A leitora e o leitor vão-nos desculpar, mas no caminho desta semana vamos ter de nos desviar por um momento do passadiço, a estrutura que nos tem guiado confortavelmente ao longo deste Verão. Não é tanto um desvio o que propomos, já que o próprio passadiço de madeira que hoje lhe trazemos, assente em estacas sobre as dunas do litoral sul de Vila do Conde, abre ele mesmo passagem para os caminhos de areia que nos levam ao interior da Reserva Ornitológica do Mindelo (ROM), a mais antiga do país.
É como no poema de Robert Frost: chegados a Árvore, depois da ponte que atravessa a ribeira de Silvares, a estrada bifurcou-se num bosque amarelo (e azul e verde) e sendo nós um só viajante, tivemos de fazer uma escolha. Tomamos, pois, a estrada menos viajada, perpendicular ao trânsito domingueiro do passadiço — e isso fez toda a diferença. É que as cordas que limitam o caminho acabam por desaparecer, deixando-nos abandonados entre as dunas, que deixamos sem remorsos para trás, e o “mosaico de habitats” da reserva natural que se desdobra à nossa frente em três camadas.
Primeiro, os olhos prendem-se no chão, enquanto nos desviamos das espécies rasteiras que cobrem o sistema dunar e que, de tão únicas, só ocorrem nesta zona de Portugal. Avançamos e tentamos manter-nos atentos aos anfíbios, difíceis de apanhar durante o período seco. Aqui foram registadas 14 das 17 espécies presentes em Portugal, mas nem próximos dos riachos, alguns muito poluídos, tivemos a sorte de ver algum exemplar.

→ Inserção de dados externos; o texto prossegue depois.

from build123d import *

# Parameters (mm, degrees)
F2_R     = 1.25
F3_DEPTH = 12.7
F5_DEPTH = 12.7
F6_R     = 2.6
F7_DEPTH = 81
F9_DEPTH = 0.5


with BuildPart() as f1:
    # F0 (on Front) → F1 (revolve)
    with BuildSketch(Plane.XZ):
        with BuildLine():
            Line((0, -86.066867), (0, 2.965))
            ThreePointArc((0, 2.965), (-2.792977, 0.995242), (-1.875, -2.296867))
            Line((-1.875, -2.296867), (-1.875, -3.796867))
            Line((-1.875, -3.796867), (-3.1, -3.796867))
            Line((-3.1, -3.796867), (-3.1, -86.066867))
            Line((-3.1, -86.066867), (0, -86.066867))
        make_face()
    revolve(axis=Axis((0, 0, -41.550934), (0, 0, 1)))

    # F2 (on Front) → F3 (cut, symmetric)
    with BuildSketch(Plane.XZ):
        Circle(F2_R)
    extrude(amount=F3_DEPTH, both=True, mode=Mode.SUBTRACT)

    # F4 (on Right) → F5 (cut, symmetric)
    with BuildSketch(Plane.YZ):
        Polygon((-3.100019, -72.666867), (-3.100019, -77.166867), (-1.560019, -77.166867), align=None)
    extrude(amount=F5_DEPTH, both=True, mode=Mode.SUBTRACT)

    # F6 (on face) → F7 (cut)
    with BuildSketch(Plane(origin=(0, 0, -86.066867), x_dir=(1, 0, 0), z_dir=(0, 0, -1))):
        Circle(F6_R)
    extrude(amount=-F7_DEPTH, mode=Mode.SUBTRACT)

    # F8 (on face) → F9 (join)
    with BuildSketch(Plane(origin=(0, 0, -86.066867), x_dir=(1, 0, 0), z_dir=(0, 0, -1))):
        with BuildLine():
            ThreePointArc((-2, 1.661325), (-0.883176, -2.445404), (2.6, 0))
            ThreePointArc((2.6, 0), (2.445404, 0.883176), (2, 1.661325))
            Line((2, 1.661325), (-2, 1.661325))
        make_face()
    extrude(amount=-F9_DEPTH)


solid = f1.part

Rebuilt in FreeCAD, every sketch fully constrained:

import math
import FreeCAD as App
import Part
import Sketcher
Q = App.Units.Quantity

doc = App.newDocument("Part")
params = doc.addObject("Spreadsheet::Sheet", "Params")
for row, (alias, value) in enumerate([
    ("sketch1_width", "3.1 mm"),
    ("sketch1_height", "1.5 mm"),
    ("sketch1_height2", "82.27 mm"),
    ("revolution_angle", "360 deg"),
    ("sketch2_diameter", "2.5 mm"),
    ("pocket1_length", "25.4 mm"),
    ("sketch3_height", "4.5 mm"),
    ("sketch3_width", "1.54 mm"),
    ("pocket2_length", "25.4 mm"),
    ("sketch4_diameter", "5.2 mm"),
    ("pocket3_length", "81 mm"),
    ("sketch5_radius", "2.6 mm"),
    ("sketch5_width", "4 mm"),
    ("pad1_length", "0.5 mm"),
], start=1):
    params.set(f"A{row}", alias)
    params.set(f"B{row}", "=" + value)
    params.setAlias(f"B{row}", alias)

body = doc.addObject("PartDesign::Body", "Body")

# Sketch on XZ plane
sketch1 = body.newObject("Sketcher::SketchObject", "Sketch")
sketch1.AttachmentSupport = (doc.getObject("XZ_Plane"), [""])
sketch1.MapMode = "FlatFace"
sketch1.addGeometry(Part.LineSegment(App.Vector(0, -86.1, 0), App.Vector(0, 3, 0)), False)
sketch1.addGeometry(Part.ArcOfCircle(Part.Circle(App.Vector(0, 0, 0), App.Vector(0, 0, 1), 3), math.radians(90), math.radians(231)), False)
sketch1.addGeometry(Part.LineSegment(App.Vector(-1.9, -2.3, 0), App.Vector(-1.9, -3.8, 0)), False)
sketch1.addGeometry(Part.LineSegment(App.Vector(-1.9, -3.8, 0), App.Vector(-3.1, -3.8, 0)), False)
sketch1.addGeometry(Part.LineSegment(App.Vector(-3.1, -3.8, 0), App.Vector(-3.1, -86.1, 0)), False)
sketch1.addGeometry(Part.LineSegment(App.Vector(-3.1, -86.1, 0), App.Vector(0, -86.1, 0)), False)
sketch1.addConstraint(Sketcher.Constraint("Coincident", 0, 2, 1, 1))
sketch1.addConstraint(Sketcher.Constraint("Coincident", 1, 2, 2, 1))
sketch1.addConstraint(Sketcher.Constraint("Coincident", 2, 2, 3, 1))
sketch1.addConstraint(Sketcher.Constraint("Coincident", 3, 2, 4, 1))
sketch1.addConstraint(Sketcher.Constraint("Coincident", 4, 2, 5, 1))
sketch1.addConstraint(Sketcher.Constraint("Coincident", 5, 2, 0, 1))
sketch1.addConstraint(Sketcher.Constraint("Vertical", 0))
sketch1.addConstraint(Sketcher.Constraint("Vertical", 2))
sketch1.addConstraint(Sketcher.Constraint("Horizontal", 3))
sketch1.addConstraint(Sketcher.Constraint("Vertical", 4))
sketch1.addConstraint(Sketcher.Constraint("Horizontal", 5))
sketch1.addConstraint(Sketcher.Constraint("Coincident", 1, 3, -1, 1))
sketch1.addConstraint(Sketcher.Constraint("PointOnObject", 0, 2, -2))
sketch1.addConstraint(Sketcher.Constraint("DistanceX", 5, 1, 5, 2, Q("3.1 mm")))
sketch1.addConstraint(Sketcher.Constraint("DistanceY", 2, 2, 2, 1, Q("1.5 mm")))
sketch1.addConstraint(Sketcher.Constraint("Radius", 1, Q("2.965 mm")))
sketch1.addConstraint(Sketcher.Constraint("DistanceY", 4, 2, 4, 1, Q("82.27 mm")))
sketch1.addConstraint(Sketcher.Constraint("DistanceX", 3, 2, 3, 1, Q("1.225 mm")))
sketch1.setExpression("Constraints[13]", "Params.sketch1_width")
sketch1.setExpression("Constraints[14]", "Params.sketch1_height")
sketch1.setExpression("Constraints[16]", "Params.sketch1_height2")
revolution = body.newObject("PartDesign::Revolution", "Revolution")
revolution.Profile = sketch1
revolution.ReferenceAxis = (sketch1, ["V_Axis"])
revolution.setExpression("Angle", "Params.revolution_angle")

# Sketch on XZ plane
sketch2 = body.newObject("Sketcher::SketchObject", "Sketch001")
sketch2.AttachmentSupport = (doc.getObject("XZ_Plane"), [""])
sketch2.MapMode = "FlatFace"
sketch2.addGeometry(Part.Circle(App.Vector(0, 0, 0), App.Vector(0, 0, 1), 1.2), False)
sketch2.addConstraint(Sketcher.Constraint("Coincident", 0, 3, -1, 1))
sketch2.addConstraint(Sketcher.Constraint("Diameter", 0, Q("2.5 mm")))
sketch2.setExpression("Constraints[1]", "Params.sketch2_diameter")
pocket1 = body.newObject("PartDesign::Pocket", "Pocket")
pocket1.Profile = sketch2
pocket1.setExpression("Length", "Params.pocket1_length")
pocket1.Midplane = True

# Sketch on YZ plane
sketch3 = body.newObject("Sketcher::SketchObject", "Sketch002")
sketch3.AttachmentSupport = (doc.getObject("YZ_Plane"), [""])
sketch3.MapMode = "FlatFace"
sketch3.addGeometry(Part.LineSegment(App.Vector(-3.1, -72.7, 0), App.Vector(-3.1, -77.2, 0)), False)
sketch3.addGeometry(Part.LineSegment(App.Vector(-3.1, -77.2, 0), App.Vector(-1.6, -77.2, 0)), False)
sketch3.addGeometry(Part.LineSegment(App.Vector(-1.6, -77.2, 0), App.Vector(-3.1, -72.7, 0)), False)
sketch3.addConstraint(Sketcher.Constraint("Coincident", 0, 2, 1, 1))
sketch3.addConstraint(Sketcher.Constraint("Coincident", 1, 2, 2, 1))
sketch3.addConstraint(Sketcher.Constraint("Coincident", 2, 2, 0, 1))
sketch3.addConstraint(Sketcher.Constraint("Vertical", 0))
sketch3.addConstraint(Sketcher.Constraint("Horizontal", 1))
sketch3.addConstraint(Sketcher.Constraint("DistanceY", 0, 2, 0, 1, Q("4.5 mm")))
sketch3.addConstraint(Sketcher.Constraint("DistanceX", 1, 1, 1, 2, Q("1.54 mm")))
sketch3.addConstraint(Sketcher.Constraint("DistanceX", 0, 2, -1, 1, Q("3.100019 mm")))
sketch3.addConstraint(Sketcher.Constraint("DistanceY", 0, 2, -1, 1, Q("77.166867 mm")))
sketch3.setExpression("Constraints[5]", "Params.sketch3_height")
sketch3.setExpression("Constraints[6]", "Params.sketch3_width")
pocket2 = body.newObject("PartDesign::Pocket", "Pocket001")
pocket2.Profile = sketch3
pocket2.setExpression("Length", "Params.pocket2_length")
pocket2.Midplane = True

# Sketch on XY plane
sketch4 = body.newObject("Sketcher::SketchObject", "Sketch003")
sketch4.AttachmentSupport = (doc.getObject("XY_Plane"), [""])
sketch4.MapMode = "FlatFace"
sketch4.AttachmentOffset = App.Placement(App.Vector(0, 0, -86.066867), App.Rotation())
sketch4.addGeometry(Part.Circle(App.Vector(0, 0, 0), App.Vector(0, 0, 1), 2.6), False)
sketch4.addConstraint(Sketcher.Constraint("Coincident", 0, 3, -1, 1))
sketch4.addConstraint(Sketcher.Constraint("Diameter", 0, Q("5.2 mm")))
sketch4.setExpression("Constraints[1]", "Params.sketch4_diameter")
pocket3 = body.newObject("PartDesign::Pocket", "Pocket002")
pocket3.Profile = sketch4
pocket3.setExpression("Length", "Params.pocket3_length")
pocket3.Reversed = True

# Sketch on XY plane
sketch5 = body.newObject("Sketcher::SketchObject", "Sketch004")
sketch5.AttachmentSupport = (doc.getObject("XY_Plane"), [""])
sketch5.MapMode = "FlatFace"
sketch5.AttachmentOffset = App.Placement(App.Vector(0, 0, -86.066867), App.Rotation())
sketch5.addGeometry(Part.ArcOfCircle(Part.Circle(App.Vector(0, 0, 0), App.Vector(0, 0, 1), 2.6), math.radians(0), math.radians(220)), False)
sketch5.addGeometry(Part.ArcOfCircle(Part.Circle(App.Vector(0, 0, 0), App.Vector(0, 0, 1), 2.6), math.radians(-40), math.radians(0)), False)
sketch5.addGeometry(Part.LineSegment(App.Vector(2, -1.7, 0), App.Vector(-2, -1.7, 0)), False)
sketch5.addConstraint(Sketcher.Constraint("Tangent", 0, 1, 1, 2))
sketch5.addConstraint(Sketcher.Constraint("Coincident", 1, 1, 2, 1))
sketch5.addConstraint(Sketcher.Constraint("Coincident", 2, 2, 0, 2))
sketch5.addConstraint(Sketcher.Constraint("Horizontal", 2))
sketch5.addConstraint(Sketcher.Constraint("Coincident", 0, 3, -1, 1))
sketch5.addConstraint(Sketcher.Constraint("Equal", 0, 1))
sketch5.addConstraint(Sketcher.Constraint("PointOnObject", 0, 1, -1))
sketch5.addConstraint(Sketcher.Constraint("Radius", 0, Q("2.6 mm")))
sketch5.addConstraint(Sketcher.Constraint("DistanceX", 2, 2, 2, 1, Q("4 mm")))
sketch5.setExpression("Constraints[7]", "Params.sketch5_radius")
sketch5.setExpression("Constraints[8]", "Params.sketch5_width")
pad1 = body.newObject("PartDesign::Pad", "Pad")
pad1.Profile = sketch5
pad1.setExpression("Length", "Params.pad1_length")

doc.recompute()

Subimos o olhar para os arbustos que abanam à mercê da maresia até se fixarem na última barreira, montada por carvalhos, pinheiros e alguns eucaliptos.
Em 2009, a ROM passou a fazer parte de uma nova área classificada como Paisagem Protegida Regional do Litoral de Vila do Conde e Reserva Ornitológica de Mindelo, que , segundo o Instituto de Conservação da Natureza, se estende por 380 hectares de “cordões dunares, rochedos, zonas húmidas, manchas florestais e áreas agrícolas” entre a foz do rio Ave e a do rio Onda. A classificação ajudou a travar novas ambições urbanísticas mas ainda há muito trabalho a fazer na reserva mais antiga do país, a começar nos caminhos que ligam a cidade à área protegida (por exemplo, a partir da estação de metro Espaço Natureza, mesmo à porta da reserva) e na falta de placas informativas. Não tivéssemos ao nosso lado um biólogo e não saberíamos sequer que estávamos a calcar área protegida.
Rui Brito guiou a “visita emocional” que assinalou o sexagésimo aniversário da ROM, no passado fim-de-semana, e homenageou o seu principal defensor desde os anos 1950, Santos Júnior, ornitólogo e professor catedrático da Universidade do Porto. Ainda hoje esta Universidade organiza sessões quinzenais de anilhagem de aves naquele local.
Pelo caminho tentamos ouvir interrupções no silêncio que se impõe quanto mais para trás deixamos o mar — e sim, o passadiço. O objectivo é ouvir algumas das mais de 100 espécies de aves que por lá já foram registadas.
Mais uma vez falhamos e não avistamos nenhuma garça-real, branca ou cinzenta, e nenhum borrelho, pintarroxo ou andorinha das chaminés, mesmo escalando os dois andares do primeiro observatório de aves da reserva, inaugurado aquando da visita.